Xjyuk

I've seen this several related questions to this, but they tend to focus on complex maneuvers to minimize the delta-V. If I wanted to mass-drive, railgun or tether-spin a mass so that it would eventually crash-dive into the sun, what is that value?

It costs approximately 30km/s to transfer from LEO to the Sun according to this delta-v map.

Actually the answer is a bit more complex than "Earth orbits at 30 m/s, so you have to stop that velocity and drop in. Thus the delta-V is 30 km/s." The question states that you start from Earth orbit, and that makes a big difference.

Let's assume an almost ideal situation: the object to be sent to the sun is in a 200-km (Low!!) LEO, whose orbit plane is parallel to the ecliptic plane, so there's no out-of-plane component to the required delta-V. At that altitude, the object orbits Earth at about 7.78 km/s.

Also, the question says you need only to get to the sun, you don't have to dive straight-line into it. That will save some more delta-V.

It makes a little difference if you start from Earth at its perihelion, at its aphelion, or somewhere in between. I'll treat the two extreme cases.

If Earth is at perihelion, its heliocentric velocity is ~30.29 km/s. At that distance from the sun, a very eccentric orbit with perihelion at the sun's photosphere (guaranteed complete entry!) would have an aphelion velocity of ~2.91 km/s. If the object were in free space (not orbiting Earth, but moving around the sun at Earth's orbital velocity), the delta-V would be the difference of those two, 28.38 km/s. And that's a useful number: it tells you that when you've escaped Earth's gravity, you have to be receding from Earth at 28.38 km/s with respect to Earth's barycenter, in the direction opposite to Earth's velocity vector. That relative speed after escaping the gravity field is called the "V-infinity", i.e. the velocity the object would have at essentially infinite distance from the primary.

But the object is not in free space, it's in LEO. Assuming an impulsive delta-V (instantaneous, so no losses due to increasing altitude as a finite-duration burn progresses)(but boy oh boy, what a kick that would be!), the delta-V needed at 200 km altitude to yield a V-infinity of 28.38 km/s is ~21.72 km/s. Immediately after the delta-V the object would be going 29.50 km/s relative to Earth's surface, parallel to the surface. As it ascends through the gravity field it would decelerate, winding up moving essentially radially away from Earth at 28.38 km/s. If the delta-V is timed properly, that V-infinity is directed "backward", so the object's heliocentric velocity would be 2.91 km/s, and it falls into the sun's photosphere.

So in that scenario, the required delta-V is ~21.72 km/s.

But if Earth is at aphelion, its orbit velocity is down to ~29.29 km/s. From there the eccentric orbit that grazes the sun's photosphere has an aphelion velocity of ~2.82 km/s, so the Earth-centered V-infinity needed is the difference of those two, ~26.47 km/s.

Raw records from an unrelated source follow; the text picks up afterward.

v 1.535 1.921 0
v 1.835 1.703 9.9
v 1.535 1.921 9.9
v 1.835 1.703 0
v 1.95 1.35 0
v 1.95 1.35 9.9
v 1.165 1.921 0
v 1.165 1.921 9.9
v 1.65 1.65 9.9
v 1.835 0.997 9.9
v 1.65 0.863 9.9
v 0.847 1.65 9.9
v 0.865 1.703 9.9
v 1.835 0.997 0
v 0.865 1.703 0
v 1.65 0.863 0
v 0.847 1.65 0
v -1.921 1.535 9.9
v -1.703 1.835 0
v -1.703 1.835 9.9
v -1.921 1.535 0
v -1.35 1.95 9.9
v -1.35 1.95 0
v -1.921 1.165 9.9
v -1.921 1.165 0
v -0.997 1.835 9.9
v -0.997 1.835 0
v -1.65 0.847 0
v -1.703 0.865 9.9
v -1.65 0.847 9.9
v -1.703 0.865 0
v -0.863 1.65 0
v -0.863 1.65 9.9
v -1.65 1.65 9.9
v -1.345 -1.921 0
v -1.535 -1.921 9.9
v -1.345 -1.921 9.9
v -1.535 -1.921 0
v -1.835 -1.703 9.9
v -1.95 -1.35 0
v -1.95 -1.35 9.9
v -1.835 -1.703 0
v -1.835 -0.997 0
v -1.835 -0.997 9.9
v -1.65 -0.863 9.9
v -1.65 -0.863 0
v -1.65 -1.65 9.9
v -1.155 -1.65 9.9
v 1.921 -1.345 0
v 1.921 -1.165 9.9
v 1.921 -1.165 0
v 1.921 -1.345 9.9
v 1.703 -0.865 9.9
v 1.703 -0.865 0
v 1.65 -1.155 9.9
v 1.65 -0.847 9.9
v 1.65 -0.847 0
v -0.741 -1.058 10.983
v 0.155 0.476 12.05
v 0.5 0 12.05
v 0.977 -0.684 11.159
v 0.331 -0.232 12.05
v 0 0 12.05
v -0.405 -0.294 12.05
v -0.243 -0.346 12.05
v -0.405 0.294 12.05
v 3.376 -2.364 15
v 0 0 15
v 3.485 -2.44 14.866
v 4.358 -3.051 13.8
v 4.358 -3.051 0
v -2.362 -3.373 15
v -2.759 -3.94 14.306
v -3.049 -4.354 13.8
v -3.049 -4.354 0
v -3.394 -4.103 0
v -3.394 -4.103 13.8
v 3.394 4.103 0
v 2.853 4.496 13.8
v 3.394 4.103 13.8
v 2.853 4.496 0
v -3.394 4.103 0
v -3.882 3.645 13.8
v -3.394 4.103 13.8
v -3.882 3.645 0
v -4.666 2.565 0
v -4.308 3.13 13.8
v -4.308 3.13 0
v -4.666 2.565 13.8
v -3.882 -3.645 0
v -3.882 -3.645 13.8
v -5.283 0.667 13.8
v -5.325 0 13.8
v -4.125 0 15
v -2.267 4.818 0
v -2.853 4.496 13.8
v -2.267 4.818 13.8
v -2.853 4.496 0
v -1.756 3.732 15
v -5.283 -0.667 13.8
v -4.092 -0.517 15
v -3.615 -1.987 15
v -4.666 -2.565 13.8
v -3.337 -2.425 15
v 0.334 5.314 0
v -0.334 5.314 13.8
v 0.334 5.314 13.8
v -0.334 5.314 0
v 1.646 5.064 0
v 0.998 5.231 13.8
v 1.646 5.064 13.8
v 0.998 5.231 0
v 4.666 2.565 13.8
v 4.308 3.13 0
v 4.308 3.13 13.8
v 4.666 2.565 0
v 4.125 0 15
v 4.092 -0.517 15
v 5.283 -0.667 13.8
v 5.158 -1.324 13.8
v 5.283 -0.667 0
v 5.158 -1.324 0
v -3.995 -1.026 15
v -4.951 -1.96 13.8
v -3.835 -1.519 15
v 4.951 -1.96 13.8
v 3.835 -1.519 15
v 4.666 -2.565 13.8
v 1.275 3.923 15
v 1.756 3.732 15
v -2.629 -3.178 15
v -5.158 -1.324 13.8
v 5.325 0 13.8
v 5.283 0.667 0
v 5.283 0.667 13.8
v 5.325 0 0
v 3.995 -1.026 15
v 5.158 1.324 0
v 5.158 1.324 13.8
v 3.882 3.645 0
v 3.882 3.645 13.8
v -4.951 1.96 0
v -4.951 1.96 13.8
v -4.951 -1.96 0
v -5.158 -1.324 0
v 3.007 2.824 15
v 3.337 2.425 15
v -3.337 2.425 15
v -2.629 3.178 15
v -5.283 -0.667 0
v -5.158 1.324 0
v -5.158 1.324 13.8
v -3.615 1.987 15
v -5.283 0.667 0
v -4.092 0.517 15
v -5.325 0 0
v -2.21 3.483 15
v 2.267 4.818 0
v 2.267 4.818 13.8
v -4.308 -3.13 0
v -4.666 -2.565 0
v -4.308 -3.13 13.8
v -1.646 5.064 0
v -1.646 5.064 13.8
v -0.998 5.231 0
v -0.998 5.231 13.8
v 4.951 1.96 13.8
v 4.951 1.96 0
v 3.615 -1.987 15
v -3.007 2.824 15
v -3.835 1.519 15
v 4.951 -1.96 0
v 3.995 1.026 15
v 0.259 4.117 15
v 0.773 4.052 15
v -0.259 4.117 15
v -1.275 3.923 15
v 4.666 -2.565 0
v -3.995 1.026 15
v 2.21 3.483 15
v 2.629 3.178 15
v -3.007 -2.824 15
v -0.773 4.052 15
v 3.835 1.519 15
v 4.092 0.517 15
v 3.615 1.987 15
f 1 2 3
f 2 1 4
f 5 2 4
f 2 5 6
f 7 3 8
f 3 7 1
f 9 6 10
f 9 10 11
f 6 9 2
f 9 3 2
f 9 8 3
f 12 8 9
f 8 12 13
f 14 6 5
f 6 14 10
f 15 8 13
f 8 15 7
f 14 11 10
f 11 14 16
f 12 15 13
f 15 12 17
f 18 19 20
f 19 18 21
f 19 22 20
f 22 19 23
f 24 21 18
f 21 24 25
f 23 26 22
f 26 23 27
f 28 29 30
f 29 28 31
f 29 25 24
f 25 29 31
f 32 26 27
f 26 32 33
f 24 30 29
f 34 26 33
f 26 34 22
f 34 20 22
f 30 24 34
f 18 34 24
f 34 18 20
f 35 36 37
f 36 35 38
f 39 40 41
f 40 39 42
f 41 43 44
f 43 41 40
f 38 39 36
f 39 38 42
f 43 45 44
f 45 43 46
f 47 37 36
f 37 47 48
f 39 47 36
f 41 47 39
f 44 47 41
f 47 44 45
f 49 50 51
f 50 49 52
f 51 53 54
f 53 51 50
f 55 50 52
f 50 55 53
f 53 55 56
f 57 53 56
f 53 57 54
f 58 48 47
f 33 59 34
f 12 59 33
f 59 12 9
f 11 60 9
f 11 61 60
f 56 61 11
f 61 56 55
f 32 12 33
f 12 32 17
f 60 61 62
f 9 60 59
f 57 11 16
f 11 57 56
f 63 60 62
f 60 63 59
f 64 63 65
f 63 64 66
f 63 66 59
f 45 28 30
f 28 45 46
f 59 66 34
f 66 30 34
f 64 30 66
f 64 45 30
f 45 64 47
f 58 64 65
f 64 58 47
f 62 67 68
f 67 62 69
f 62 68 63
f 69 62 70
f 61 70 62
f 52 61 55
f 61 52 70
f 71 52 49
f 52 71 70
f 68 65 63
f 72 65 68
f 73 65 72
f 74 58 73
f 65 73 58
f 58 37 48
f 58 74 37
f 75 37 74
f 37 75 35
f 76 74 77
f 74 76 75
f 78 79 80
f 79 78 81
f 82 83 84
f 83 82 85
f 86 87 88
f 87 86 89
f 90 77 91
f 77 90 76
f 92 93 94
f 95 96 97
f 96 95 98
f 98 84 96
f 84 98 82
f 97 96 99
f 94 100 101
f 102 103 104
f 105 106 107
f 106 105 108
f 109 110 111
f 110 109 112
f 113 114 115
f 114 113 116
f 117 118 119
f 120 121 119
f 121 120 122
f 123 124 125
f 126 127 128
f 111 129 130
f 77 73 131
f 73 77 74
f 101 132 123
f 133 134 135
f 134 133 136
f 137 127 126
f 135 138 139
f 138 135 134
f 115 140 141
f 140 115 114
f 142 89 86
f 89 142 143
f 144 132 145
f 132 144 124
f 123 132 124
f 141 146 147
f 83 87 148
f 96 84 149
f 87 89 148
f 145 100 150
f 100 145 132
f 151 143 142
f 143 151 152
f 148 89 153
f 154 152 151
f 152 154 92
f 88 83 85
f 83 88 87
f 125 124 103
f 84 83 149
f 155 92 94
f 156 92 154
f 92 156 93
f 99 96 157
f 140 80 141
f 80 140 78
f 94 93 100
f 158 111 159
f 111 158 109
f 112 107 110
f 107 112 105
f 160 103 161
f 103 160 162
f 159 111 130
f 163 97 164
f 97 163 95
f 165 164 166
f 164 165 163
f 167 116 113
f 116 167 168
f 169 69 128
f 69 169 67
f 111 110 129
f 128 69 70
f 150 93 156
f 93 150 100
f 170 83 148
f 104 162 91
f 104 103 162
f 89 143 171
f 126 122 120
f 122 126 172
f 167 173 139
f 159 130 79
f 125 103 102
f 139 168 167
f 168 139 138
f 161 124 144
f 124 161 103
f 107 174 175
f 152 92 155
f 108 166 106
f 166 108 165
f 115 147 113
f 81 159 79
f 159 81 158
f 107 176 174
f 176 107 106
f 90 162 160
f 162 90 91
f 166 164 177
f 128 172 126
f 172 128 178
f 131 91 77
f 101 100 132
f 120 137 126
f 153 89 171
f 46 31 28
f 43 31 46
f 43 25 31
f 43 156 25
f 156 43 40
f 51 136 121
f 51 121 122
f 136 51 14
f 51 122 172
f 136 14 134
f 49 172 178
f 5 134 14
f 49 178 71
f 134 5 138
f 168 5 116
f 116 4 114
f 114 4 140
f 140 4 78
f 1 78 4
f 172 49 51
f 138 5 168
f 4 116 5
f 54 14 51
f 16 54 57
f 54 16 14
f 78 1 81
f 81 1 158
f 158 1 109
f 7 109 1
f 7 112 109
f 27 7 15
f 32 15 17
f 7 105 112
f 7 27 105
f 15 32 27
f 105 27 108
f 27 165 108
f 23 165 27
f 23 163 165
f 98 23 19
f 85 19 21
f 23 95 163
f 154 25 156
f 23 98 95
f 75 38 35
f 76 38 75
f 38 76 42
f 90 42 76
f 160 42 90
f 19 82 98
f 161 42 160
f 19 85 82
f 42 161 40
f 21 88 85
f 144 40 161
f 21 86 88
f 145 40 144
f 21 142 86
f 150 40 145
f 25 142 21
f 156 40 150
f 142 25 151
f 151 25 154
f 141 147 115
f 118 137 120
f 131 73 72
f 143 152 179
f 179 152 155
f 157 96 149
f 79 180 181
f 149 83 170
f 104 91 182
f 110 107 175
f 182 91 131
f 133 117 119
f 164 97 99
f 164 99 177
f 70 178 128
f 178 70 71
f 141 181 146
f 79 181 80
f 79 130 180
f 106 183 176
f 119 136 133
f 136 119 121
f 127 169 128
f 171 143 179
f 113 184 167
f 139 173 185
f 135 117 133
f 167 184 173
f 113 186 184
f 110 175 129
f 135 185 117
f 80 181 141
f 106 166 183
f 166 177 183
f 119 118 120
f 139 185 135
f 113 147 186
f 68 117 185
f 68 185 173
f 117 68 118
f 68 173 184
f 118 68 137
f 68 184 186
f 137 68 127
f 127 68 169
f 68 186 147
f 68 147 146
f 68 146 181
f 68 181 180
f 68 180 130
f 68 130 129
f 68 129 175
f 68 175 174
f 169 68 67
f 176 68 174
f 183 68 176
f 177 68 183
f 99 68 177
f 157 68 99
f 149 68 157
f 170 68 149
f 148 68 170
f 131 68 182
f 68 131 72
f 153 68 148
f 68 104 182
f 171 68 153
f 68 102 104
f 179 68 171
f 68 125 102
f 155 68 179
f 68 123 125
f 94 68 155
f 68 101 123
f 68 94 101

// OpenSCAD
// Push button generator
// Makes round or square buttons with round or square shaft holes, and bevelled edges
// square holes are keyholed to prevent rounding of internal corners
// holes are vaulted so no support will be needed inside them
// customizer compatible
// @todo add optional flange at the base of the button

//defualt is to
// Make replacement buttons for Atlas stove
// button is a round button press fit onto a square 3.3mm shaft
// this is a standard size for "isostat" switches

/* [Global] */
//Visualising
Show="CrossSection"; //[Complete,CrossSection]
//Outside shape of button
ButtonShape="Round"; //[Round,Square,Oval]

/* [Button] */
//Length of Button
L=15;

//Outside Diameter of Round Button
ButtonOD=10.65;

//Rectangular or oval ButtonX
ButtonX=15;
//Rectangular or oval ButtonY
ButtonY=10;

//amount of bevel around top edge of button
TopBevel=1.2;
//Style of the button edge (for square buttons)
EdgeStyle="Round"; //[Radius,Bevel,Square]
//Bevel of bevelled edges. (This is X,Y distance, not the bevel face length)
EdgeBevel=1.2;
//Radius of rounded edges
EdgeR=1.2;
   
/* [Shaft Hole] */
ShaftShape="Square"; //[Square,Round]
//Length of shaft inside button. Crown of hole is vaulted for support free build
ShaftL=10;
//Side width of square shafts or diameter of round shafts
ShaftW=3.3;
//Oversize in mm for internal holes (diameter). UP printer makes internal holes small. Adjuest this for correct internal size
holeos=0;
//So that square shaft holes don't have rounded corners they must have a keyhole at the corner
ShaftKeyholeD=1.2;

KeyholeR=ShaftKeyholeD/2;

OR=ButtonOD/2;
ShaftI=ShaftW+holeos; //side length or IR
ShaftR=(ShaftW+holeos)/2; //for round shafts

//------


module SqShaft() {
    hull() { 
    translate([-ShaftI/2,-ShaftI/2,0]) 
        cube([ShaftI, ShaftI,ShaftL]);
     translate([0,0,ShaftL+ShaftI/2])
        cylinder(r=0.5,h=0.5);
    }//hull
    KHO=ShaftI/2-KeyholeR/2;
    for (A=[0:3]) {
        rotate([0,0,A*90])            
            translate([KHO,KHO,0]) 
                cylinder(r=KeyholeR, h=ShaftL,$fn=10);
    }//for

}//mod
module RoundShaft() {
    cylinder(r=ShaftR, h=ShaftL, $fn=20);
    translate([0,0,ShaftL])
        cylinder(r1=ShaftR,r2=0.1,h=ShaftR); //vault at top of hole
}//mod

module RoundButton() {
        H1=L-TopBevel;
        hull() {
            cylinder(r=OR, h=H1, $fn=50);
            translate([0,0,H1]) 
            cylinder(r=OR-TopBevel, h=TopBevel,$fn=50);  
        };//hull  
}//mod

module SquareButton() {
        H1=L-TopBevel;
        hull() {
            //translate([0,0,H1/2]) cube([ButtonX,ButtonY,H1], center=true);
            for (iX=[1,-1],iY=[1,-1]) {         
                    translate([(ButtonX/2-EdgeBevel)*iX,(ButtonY/2-EdgeBevel)*iY,H1/2]) 
                        if (EdgeStyle=="Bevel") {
                                rotate([0,0,45]) //bevels are made by using edge of these cubes at 45deg
                                    cube([EdgeBevel*sqrt(2),EdgeBevel*sqrt(2),H1],center=true);
                        } else {
                            if (EdgeStyle!="Square") {
                                cylinder(r=EdgeR, h=H1, center=true,$fn=20);
                            } else {
                                cylinder(r=0.1, h=H1, center=true,$fn=20);
                            }//if                                
                        }//if
                    }//for
            translate([0,0,H1+TopBevel/2]) 
                 cube([ButtonX-(2*TopBevel),ButtonY-(2*TopBevel),TopBevel], center=true); //bevelled top
        }//hull  
}//mod

difference() {
    if (ButtonShape=="Square") {
        SquareButton();
    } else { //round, oval
        RoundButton();
    };
    translate([0,0,-0.1])  {
        if (ShaftShape=="Round") {
            RoundShaft();
        }else{
            SqShaft();
        }//if
        if (Show=="CrossSection") {
            //MM=max(ButtonX,ButtonY);
            rotate([0,0,-125]) cube([100,100,L+1]);
    }//if
}//translate
}//difference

The delta-V required to get that v-infinity from the 200 km orbit is ~20.89 km/s.

Initiating "the plunge" from Earth's aphelion saves ~0.83 km/s of delta-V over initiating from perihelion.

If, for some reason, you want to do the straight-line plunge into the sun, the delta-V goes up. Now you need a V-infinity equal to Earth's orbit velocity. From the 200 km orbit at Earth's perihelion that delta-V is ~24.44 km/s, and from aphelion it is ~23.51 km/s.

Note that all these are quite different from the 30 km/s result if you do the simple free-space stop'n'drop.

No references, I did all these calculations myself using introductory orbital mechanics formulae. I assumed only Earth's GM, I didn't include the moon. The result would vary somewhat with the position of the moon when you do this mad dash.